Research Interest (II): Interior Problem

I have made fundamental breakthrough to solving the so-called interior tomographic reconstruction problem. This problem has been known notoriously difficult and mathematicians have worked for years to find its solution. While theoretical solution exits given a prior knowledge about the region of interest, the practical solution to this problem appears underdeveloped. I developed a new deep learning-based framework that leverages both mathematical theory and deep learning models.

Impact on diagnostic imaging

When the truncation of CT data is severe, blooming artifacts appear at the periphery of the image and contaminate the whole ROI image. To address this problem, I mathematically proved that the acquired truncated projection data can be back-projected using a weighted backprojection scheme to transform the projection data into a beautiful feature space with a remarkable property: This feature space is a blurred version of the target with a shift-invariant blurring kernel. This remarkable feature immediately enables one to design a deep learning-based de-blurring algorithm to reconstruct the image from the feature space. Due to the intrinsic shift-invariance in feature space, one trained deep-learning architecture can reconstruct all the interior tomographic data regardless location and size of the target volume.

Impact on radiation therapy

To put this problem in the image-guided radiation therapy and image-guided intervention context, the treatment beam is collimated to be maximally conformal with the clinical target volume.

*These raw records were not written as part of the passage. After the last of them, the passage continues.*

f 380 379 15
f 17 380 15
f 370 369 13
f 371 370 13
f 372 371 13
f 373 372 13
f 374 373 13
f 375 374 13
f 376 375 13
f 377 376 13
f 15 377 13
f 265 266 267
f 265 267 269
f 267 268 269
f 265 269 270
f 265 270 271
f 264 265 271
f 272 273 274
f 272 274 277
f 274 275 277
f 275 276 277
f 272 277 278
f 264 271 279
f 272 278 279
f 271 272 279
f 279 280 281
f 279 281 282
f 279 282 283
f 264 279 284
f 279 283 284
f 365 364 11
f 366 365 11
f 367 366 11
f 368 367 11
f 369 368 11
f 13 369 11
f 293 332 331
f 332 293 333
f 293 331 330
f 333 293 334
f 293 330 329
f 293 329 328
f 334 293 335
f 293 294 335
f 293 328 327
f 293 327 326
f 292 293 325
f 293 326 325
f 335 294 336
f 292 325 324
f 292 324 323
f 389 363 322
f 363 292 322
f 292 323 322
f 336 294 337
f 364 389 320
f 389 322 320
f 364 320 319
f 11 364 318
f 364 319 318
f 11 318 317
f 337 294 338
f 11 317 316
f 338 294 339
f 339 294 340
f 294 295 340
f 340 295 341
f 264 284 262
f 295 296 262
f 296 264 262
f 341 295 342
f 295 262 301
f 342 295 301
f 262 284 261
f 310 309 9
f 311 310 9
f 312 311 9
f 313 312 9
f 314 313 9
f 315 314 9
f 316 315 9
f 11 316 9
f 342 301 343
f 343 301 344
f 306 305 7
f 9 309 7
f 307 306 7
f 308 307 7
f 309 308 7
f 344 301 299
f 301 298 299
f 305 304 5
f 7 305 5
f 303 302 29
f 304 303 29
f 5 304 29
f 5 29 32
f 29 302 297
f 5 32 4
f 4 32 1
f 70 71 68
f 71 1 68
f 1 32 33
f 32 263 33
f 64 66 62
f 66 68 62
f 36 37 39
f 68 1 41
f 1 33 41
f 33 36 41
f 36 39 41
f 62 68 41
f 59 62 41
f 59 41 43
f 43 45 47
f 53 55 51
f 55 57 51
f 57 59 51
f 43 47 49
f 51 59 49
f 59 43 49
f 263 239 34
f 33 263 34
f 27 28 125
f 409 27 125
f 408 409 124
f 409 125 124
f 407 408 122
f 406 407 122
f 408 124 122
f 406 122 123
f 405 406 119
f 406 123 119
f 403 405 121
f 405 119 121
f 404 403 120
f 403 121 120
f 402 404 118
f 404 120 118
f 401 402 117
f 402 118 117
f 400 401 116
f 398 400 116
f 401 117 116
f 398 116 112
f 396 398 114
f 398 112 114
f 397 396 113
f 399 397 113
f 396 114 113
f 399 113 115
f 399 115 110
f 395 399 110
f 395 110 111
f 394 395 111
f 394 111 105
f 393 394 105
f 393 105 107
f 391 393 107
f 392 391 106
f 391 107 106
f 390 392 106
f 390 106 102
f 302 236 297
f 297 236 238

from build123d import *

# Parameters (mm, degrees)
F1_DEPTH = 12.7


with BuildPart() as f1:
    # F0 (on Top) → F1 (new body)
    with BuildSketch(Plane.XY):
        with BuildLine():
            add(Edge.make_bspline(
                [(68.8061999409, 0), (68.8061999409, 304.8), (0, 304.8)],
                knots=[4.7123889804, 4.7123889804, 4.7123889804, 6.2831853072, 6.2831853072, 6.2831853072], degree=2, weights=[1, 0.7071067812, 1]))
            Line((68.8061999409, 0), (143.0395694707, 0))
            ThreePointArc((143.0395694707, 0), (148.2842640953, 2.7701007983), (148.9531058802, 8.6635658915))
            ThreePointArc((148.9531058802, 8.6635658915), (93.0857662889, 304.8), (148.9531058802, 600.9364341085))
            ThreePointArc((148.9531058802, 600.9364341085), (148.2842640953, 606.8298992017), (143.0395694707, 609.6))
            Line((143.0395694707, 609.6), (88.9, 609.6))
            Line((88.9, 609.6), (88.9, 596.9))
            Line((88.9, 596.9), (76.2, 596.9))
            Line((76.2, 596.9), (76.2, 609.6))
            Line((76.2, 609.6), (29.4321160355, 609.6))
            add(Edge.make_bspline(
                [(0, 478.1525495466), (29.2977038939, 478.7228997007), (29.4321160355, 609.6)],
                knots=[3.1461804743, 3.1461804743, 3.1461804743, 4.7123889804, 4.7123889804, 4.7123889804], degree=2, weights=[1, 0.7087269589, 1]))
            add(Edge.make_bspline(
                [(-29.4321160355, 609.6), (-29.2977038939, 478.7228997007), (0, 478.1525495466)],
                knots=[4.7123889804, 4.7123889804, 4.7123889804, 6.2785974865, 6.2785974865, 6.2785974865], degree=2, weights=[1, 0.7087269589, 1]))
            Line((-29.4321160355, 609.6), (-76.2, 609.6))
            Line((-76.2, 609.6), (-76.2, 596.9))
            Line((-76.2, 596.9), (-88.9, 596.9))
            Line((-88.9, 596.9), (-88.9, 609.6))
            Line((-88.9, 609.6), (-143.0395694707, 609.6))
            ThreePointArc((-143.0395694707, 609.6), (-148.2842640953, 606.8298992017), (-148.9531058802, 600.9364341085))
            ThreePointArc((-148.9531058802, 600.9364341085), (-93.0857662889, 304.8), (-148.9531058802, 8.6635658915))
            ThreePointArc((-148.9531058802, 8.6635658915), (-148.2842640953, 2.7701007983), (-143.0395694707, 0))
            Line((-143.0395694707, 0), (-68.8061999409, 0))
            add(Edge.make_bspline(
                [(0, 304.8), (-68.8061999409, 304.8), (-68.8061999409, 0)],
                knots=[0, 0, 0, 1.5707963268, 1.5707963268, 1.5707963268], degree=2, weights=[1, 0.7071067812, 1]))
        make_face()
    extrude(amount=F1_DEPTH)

A portal imager can also collect the x-ray projection information after the treatment beam goes through the target. However, due to the truncation of data the beam does not cover the anatomy beyond the collimated treatment target, one cannot accurately use the acquired information to reconstruct the tumor volume from the portal imager data due to the severely ill-posedness of the reconstruction problem. It has potential further clinical applications of this breakthrough discovery in dose verifications using portal imager data.

Reference

[1] Zhang, Chengzhu, and Guang‐Hong Chen. “Deep‐Interior: A new pathway to interior tomographic image reconstruction via a weighted backprojection and deep learning.” Medical physics 51.2 (2024): 946-963.